Several mechanisms for signal transduction have been described in the literature [30] and as such our method does not provide the means to unequivocally single out a given mechanism. However, clustering the informative residues and mapping these on the structure of the protein can provide substantial information. For instance the relative occurrence of coupling versus uncoupling pairs and their disposition on the topology of a protein domain could allow to distinguish pathway models [7, 30] from allosteric models [42].
As our model only displays increase in conformational coupling upon ligand binding, suggesting a pathway model, we here extract the group of residues that define the pathway through clustering (see Methods) of informative residues that have a mutual affinity higher than a particular noise level (0.5 bits).
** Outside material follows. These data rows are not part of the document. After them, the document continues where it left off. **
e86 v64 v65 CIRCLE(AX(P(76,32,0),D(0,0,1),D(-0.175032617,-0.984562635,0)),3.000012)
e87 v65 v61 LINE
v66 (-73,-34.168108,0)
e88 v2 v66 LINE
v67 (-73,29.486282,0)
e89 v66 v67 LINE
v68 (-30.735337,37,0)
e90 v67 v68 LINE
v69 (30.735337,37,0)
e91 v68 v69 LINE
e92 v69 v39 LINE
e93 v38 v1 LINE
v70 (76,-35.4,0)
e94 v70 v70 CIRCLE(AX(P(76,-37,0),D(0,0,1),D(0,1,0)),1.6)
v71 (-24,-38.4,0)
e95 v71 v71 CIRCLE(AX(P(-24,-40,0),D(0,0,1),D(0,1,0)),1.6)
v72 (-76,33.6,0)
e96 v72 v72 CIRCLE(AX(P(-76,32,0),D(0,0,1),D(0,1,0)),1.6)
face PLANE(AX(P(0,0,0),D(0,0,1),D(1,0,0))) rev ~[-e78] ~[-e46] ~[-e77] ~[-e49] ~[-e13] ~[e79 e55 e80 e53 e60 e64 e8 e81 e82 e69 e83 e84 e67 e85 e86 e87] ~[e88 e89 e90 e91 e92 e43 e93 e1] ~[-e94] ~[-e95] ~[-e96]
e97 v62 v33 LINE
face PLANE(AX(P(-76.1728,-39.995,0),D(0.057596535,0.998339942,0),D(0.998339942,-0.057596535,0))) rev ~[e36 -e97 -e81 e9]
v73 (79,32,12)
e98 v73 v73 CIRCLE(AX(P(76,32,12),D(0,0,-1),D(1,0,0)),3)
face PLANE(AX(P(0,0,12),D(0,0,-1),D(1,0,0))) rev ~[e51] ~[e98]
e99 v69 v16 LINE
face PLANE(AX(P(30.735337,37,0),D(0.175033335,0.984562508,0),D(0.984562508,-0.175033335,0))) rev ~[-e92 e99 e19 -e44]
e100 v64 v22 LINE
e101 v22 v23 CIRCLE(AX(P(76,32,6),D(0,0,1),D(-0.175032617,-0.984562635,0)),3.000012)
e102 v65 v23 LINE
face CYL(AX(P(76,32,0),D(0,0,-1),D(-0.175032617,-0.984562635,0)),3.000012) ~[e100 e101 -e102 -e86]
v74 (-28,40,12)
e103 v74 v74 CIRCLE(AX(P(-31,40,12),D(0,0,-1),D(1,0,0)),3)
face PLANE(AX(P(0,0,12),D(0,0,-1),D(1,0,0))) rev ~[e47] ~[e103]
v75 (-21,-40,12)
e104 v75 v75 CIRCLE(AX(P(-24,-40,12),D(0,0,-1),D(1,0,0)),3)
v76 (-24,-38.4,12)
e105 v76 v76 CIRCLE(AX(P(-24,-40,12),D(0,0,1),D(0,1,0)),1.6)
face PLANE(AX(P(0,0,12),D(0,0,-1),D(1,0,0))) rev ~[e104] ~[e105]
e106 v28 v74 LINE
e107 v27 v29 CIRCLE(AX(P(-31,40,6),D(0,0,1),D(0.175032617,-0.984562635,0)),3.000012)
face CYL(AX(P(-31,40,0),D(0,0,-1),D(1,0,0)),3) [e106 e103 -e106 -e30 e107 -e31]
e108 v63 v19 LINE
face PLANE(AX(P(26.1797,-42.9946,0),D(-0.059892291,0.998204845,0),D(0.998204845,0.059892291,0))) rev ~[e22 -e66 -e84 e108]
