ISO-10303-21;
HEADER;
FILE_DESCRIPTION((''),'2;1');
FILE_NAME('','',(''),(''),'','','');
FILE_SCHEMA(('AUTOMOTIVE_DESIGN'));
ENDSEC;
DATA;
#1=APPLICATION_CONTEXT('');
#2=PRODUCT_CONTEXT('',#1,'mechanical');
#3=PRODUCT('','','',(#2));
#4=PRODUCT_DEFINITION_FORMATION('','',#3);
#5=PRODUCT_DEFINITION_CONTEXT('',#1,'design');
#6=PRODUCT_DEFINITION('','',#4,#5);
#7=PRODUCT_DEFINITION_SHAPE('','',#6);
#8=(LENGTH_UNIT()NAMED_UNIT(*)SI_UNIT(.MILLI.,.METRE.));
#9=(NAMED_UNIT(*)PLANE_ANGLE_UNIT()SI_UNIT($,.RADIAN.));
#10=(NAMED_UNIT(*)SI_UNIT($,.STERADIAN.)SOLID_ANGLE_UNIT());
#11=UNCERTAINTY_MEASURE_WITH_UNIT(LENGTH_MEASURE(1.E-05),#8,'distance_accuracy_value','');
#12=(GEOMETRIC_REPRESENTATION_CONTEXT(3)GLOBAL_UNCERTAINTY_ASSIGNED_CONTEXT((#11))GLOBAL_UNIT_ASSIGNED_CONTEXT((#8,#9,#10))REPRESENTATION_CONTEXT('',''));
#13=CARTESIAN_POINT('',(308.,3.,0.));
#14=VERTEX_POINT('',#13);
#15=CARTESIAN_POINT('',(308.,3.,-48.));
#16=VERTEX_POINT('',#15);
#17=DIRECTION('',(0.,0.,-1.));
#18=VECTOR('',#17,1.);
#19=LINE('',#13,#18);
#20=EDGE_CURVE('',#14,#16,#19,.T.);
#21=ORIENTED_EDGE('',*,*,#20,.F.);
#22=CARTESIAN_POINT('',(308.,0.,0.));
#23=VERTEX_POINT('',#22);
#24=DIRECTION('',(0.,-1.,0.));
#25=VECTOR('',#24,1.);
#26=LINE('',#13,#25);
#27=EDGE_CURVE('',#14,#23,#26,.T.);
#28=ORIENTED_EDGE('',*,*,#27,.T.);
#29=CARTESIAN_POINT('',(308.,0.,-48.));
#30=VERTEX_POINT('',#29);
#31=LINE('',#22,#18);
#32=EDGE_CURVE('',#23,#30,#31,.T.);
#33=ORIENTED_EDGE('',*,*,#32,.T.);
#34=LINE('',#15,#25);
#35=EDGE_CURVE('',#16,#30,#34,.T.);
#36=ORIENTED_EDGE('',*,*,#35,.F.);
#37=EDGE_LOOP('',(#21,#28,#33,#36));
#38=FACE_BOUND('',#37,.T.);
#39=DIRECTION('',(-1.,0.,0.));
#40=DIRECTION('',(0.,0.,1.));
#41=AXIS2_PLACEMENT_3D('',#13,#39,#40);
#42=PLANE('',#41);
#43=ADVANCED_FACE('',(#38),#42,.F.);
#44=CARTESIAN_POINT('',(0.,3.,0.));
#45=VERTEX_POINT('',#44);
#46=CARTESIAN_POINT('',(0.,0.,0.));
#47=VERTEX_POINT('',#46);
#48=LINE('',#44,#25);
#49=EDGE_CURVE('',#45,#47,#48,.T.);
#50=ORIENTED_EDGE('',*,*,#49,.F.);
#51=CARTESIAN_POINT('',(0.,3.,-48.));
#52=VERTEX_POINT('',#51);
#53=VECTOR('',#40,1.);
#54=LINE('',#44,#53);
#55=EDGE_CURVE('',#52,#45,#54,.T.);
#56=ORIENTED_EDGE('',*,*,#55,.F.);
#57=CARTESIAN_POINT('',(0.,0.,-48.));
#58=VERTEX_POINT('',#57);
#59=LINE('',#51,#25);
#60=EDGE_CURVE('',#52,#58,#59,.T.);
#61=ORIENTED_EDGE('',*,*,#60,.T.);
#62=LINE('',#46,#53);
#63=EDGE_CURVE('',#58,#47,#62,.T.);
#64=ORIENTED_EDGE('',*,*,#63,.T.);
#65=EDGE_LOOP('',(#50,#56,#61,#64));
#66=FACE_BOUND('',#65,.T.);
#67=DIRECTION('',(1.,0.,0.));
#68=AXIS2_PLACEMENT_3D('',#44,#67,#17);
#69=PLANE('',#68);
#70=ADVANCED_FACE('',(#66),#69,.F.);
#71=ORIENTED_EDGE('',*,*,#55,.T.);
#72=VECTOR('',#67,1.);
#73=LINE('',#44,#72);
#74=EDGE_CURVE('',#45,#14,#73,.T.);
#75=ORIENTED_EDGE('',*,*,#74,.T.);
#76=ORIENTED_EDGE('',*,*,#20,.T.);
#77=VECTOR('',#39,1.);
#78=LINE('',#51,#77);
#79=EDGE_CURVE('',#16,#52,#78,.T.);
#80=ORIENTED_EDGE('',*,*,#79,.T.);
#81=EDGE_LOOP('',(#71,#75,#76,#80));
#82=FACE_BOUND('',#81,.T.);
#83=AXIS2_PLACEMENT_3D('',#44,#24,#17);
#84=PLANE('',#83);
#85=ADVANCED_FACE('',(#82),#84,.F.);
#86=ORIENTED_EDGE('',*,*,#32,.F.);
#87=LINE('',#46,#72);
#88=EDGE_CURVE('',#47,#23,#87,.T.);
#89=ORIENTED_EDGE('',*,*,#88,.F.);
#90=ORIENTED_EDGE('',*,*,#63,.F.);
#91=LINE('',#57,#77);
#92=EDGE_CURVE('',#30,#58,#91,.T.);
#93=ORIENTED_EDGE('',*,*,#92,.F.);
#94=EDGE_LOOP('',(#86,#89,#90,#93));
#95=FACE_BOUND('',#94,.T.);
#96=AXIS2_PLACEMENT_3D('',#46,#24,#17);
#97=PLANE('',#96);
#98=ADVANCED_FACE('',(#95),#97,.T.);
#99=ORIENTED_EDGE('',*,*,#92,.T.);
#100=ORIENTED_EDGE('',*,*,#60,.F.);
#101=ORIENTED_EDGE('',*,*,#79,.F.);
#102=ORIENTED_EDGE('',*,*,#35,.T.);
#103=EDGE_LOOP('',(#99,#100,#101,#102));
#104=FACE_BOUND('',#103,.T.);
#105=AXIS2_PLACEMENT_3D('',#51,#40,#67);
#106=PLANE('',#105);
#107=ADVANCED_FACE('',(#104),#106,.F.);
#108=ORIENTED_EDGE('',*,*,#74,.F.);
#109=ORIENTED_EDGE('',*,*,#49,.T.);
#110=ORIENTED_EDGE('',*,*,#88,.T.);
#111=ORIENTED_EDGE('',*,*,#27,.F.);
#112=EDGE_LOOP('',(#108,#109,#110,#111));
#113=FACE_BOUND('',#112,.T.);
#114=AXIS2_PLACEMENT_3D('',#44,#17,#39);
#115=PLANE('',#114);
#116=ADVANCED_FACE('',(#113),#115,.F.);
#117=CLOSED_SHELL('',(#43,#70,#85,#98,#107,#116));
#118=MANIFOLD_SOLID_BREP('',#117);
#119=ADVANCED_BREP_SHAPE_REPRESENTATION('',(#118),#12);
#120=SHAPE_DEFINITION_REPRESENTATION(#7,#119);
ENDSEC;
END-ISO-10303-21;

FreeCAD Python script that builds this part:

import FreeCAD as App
import Part
import Sketcher


def add_polygon(sketch, points):
    """Adds a closed chain of lines whose ends are joined by coincident constraints."""
    first, n = sketch.GeometryCount, len(points)
    for a, b in zip(points, points[1:] + points[:1]):
        sketch.addGeometry(Part.LineSegment(App.Vector(*a, 0), App.Vector(*b, 0)), False)
    for i in range(n):
        sketch.addConstraint(Sketcher.Constraint("Coincident", first + i, 2, first + (i + 1) % n, 1))

doc = App.newDocument("Part")
body = doc.addObject("PartDesign::Body", "Body")

# Sketch on XZ plane
sketch1 = body.newObject("Sketcher::SketchObject", "Sketch")
sketch1.AttachmentSupport = (doc.getObject("XZ_Plane"), [""])
sketch1.MapMode = "FlatFace"
add_polygon(sketch1, [(0, -48), (0, 0), (308, 0), (308, -48)])  # lines 0-3
sketch1.addConstraint([
    Sketcher.Constraint("Vertical", 0),
    Sketcher.Constraint("Horizontal", 1),
    Sketcher.Constraint("Vertical", 2),
    Sketcher.Constraint("Horizontal", 3),
    Sketcher.Constraint("Coincident", 0, 2, -1, 1),
    Sketcher.Constraint("DistanceX", 1, 1, 1, 2, 308.0),
    Sketcher.Constraint("DistanceY", 0, 1, 0, 2, 48.0),
])
pad1 = body.newObject("PartDesign::Pad", "Pad")
pad1.Profile = sketch1
pad1.Length = 3
pad1.Reversed = True

doc.recompute()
In Figure 5(A–D) we see how the pathway is formed by decreasing the clustering threshold from 1.1 to 0.5 bits: a contiguous dynamic pathway [30] emerges, involving the previously identified residues in the peptide binding site and the linker region.
As discussed above only a subset of residues of the SH2 domain is involved in signal transduction, whereas the other residues seem to be conformationally isolated from ligand binding. Importantly, signal transduction is achieved throughout the core of the SH2 domain and involves the main secondary structure elements of the structure. Hence, we show that the Fyn SH2 domain acts as indivisible information transmission unit propagating information from its binding site over the tertiary structures to the linker regions of the domain.